Depois de despejar aquele tanto de coisa sobre mim, Leandra pegou a garrafa de cerveja da minha mão e colocou na mesa de centro. Pacientemente esperou até que eu parasse de rir feito uma louca, o que demorou bastante. Meu cérebro continuava repetindo as palavras dela na minha cabeça, seguida pela atitude que Luana teve de me beijar fora de nossos respectivos personagens. Mas nada daquilo fazia sentido para mim, afinal de contas quando eu sugeri que ela tinha algum interesse, senti que poderia ter sido morta só pelo jeito em que ela me olhou. Sem contar toda a implicância. Que tipo de interesse era aquele, que ao invés de chegar em mim como uma pessoa normal, Luana preferia agir como um garotinho do jardim de infância? Quando finalmente consegui me recuperar, encarei minha amiga sem saber o que falar, mesmo sabendo que precisava dizer alguma coisa.

- Não sei o que fazer.

- Talvez você só deva deixar de tratar Luana como uma inimiga. - Não estou dizendo para se aprofundar nos aparentes sentimentos dela por você, mas quem sabe se você começar a tratar ela como um ser humano como todos os outros, talvez ela comece a ser um.

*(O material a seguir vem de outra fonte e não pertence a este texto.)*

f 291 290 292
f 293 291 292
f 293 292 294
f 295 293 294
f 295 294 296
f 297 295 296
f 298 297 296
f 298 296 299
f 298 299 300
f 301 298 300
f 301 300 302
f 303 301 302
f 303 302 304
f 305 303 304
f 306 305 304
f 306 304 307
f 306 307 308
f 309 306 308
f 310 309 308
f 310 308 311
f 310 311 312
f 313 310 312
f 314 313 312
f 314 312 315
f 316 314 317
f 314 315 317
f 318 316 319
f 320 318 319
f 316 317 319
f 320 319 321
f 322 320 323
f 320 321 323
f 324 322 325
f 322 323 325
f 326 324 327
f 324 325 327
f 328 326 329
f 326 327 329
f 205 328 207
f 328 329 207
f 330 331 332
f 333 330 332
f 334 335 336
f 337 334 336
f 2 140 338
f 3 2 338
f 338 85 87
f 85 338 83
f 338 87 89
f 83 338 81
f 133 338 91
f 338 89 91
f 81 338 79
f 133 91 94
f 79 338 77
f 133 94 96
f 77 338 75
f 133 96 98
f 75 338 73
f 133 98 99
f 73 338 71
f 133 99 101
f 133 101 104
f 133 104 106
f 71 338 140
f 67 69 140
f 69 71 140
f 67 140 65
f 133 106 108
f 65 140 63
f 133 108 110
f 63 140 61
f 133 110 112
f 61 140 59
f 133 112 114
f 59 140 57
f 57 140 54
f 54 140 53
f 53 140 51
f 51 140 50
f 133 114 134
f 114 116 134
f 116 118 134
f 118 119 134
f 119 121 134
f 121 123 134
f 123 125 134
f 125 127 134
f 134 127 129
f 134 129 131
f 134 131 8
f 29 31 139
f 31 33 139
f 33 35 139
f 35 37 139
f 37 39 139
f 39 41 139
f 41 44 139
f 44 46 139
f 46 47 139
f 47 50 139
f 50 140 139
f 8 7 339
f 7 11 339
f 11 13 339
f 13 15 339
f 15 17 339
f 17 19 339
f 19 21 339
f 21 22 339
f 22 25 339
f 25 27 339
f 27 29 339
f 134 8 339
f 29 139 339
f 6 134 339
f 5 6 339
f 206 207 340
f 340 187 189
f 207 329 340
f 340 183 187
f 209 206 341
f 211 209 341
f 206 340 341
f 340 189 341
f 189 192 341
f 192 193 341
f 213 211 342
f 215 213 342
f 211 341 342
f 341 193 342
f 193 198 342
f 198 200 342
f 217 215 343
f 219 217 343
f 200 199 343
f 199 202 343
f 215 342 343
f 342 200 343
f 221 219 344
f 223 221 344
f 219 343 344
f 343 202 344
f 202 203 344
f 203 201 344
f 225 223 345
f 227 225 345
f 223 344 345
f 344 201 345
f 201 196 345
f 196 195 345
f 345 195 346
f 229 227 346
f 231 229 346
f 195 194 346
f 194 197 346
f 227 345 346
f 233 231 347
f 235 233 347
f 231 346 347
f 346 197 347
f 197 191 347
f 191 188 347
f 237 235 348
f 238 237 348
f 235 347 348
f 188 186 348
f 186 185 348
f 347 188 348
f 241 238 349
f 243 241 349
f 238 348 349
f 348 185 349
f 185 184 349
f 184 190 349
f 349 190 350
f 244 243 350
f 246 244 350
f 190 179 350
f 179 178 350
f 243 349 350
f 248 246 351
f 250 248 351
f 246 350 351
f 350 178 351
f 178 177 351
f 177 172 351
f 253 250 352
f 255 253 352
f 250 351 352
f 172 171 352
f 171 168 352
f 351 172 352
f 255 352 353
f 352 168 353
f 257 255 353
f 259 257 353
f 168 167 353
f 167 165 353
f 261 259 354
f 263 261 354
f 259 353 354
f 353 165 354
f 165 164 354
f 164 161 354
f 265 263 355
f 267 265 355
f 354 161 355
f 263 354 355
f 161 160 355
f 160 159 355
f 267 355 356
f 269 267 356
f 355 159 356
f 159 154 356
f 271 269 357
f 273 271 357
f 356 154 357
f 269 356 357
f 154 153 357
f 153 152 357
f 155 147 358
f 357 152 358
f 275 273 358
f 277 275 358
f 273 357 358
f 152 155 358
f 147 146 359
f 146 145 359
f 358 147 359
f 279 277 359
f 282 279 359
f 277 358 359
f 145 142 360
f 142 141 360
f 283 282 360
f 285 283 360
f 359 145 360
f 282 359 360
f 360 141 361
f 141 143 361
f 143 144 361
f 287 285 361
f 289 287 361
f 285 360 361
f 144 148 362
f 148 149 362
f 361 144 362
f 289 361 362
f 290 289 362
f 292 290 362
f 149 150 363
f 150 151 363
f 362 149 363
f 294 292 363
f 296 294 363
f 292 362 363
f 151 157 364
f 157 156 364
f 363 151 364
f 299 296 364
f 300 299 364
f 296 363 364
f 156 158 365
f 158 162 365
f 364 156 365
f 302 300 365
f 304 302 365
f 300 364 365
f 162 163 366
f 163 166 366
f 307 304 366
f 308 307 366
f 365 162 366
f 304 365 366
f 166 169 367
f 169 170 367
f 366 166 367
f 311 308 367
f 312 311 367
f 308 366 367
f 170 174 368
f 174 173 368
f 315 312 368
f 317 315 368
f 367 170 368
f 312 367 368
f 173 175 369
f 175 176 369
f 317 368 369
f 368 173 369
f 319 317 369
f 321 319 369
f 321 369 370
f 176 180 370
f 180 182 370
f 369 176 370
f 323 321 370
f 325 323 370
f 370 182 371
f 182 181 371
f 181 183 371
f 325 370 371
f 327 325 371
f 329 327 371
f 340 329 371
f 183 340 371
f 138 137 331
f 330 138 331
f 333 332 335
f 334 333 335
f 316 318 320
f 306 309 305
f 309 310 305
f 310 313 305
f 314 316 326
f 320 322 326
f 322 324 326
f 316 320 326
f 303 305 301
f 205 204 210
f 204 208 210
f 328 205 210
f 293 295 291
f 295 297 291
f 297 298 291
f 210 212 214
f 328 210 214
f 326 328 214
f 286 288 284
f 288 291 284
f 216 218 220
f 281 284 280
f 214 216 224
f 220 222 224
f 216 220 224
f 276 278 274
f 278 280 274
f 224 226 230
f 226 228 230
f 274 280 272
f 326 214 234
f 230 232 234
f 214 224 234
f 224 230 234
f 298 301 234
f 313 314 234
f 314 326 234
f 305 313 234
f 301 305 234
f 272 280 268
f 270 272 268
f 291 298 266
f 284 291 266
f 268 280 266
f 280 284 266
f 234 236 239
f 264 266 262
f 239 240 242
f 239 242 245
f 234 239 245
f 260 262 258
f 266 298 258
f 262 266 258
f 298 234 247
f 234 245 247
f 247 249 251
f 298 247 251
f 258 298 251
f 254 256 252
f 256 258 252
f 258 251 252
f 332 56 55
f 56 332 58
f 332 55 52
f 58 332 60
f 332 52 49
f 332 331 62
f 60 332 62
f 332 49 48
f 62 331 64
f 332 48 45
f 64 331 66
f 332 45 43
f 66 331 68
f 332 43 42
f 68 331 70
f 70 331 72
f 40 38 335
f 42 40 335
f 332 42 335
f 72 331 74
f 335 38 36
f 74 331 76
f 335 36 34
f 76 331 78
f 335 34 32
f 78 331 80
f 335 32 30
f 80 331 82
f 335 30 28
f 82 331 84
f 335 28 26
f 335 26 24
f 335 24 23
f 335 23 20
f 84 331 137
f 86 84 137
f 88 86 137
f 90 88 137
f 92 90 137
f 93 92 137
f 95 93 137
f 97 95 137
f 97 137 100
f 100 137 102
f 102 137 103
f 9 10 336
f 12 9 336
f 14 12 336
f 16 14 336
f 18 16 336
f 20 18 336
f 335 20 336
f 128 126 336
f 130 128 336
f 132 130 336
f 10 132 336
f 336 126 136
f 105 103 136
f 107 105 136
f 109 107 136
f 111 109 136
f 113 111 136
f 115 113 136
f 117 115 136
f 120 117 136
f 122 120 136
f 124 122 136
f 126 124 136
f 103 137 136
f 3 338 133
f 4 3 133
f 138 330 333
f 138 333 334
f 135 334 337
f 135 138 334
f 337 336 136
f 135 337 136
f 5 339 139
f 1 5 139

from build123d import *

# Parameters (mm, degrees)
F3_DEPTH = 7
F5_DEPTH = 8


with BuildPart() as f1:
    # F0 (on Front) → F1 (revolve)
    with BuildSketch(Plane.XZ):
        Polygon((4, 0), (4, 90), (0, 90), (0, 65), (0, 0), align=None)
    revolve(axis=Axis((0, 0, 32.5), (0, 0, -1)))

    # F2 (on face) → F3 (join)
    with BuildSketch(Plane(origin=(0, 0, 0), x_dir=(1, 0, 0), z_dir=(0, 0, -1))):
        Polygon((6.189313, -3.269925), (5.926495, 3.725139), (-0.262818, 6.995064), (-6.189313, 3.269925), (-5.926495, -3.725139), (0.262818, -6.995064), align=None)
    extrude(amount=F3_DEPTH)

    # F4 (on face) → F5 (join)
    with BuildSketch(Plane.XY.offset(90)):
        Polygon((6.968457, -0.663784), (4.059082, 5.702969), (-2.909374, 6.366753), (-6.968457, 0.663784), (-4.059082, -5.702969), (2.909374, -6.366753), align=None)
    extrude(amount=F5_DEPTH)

Lea ficou comigo por mais algum tempo, me deu alguns conselhos e foi embora. Era fato que, independente das suposições de César, eu teria de me desculpar com Luana. Considerando que ela era teimosa, eu teria um pouco de trabalho a convencê-la de que não sou tão rude quanto deixei transparecer. Resolvi ignorar qualquer coisa com relação a sentimentos, só de pensar em tentar dar uma chance a ela como mais do que uma possível amizade meu estômago embrulhava, então deixaria as coisas o mais simples possível. Usaria o que precisasse para convencê-la de que não estava querendo envergonhá-la, Faria o possível para começar a ser no mínimo educada com ela, e evitar o costumeiro deboche seria uma provação para mim, mas o faria. Só espero que eu não meta os pés pelas mãos novamente.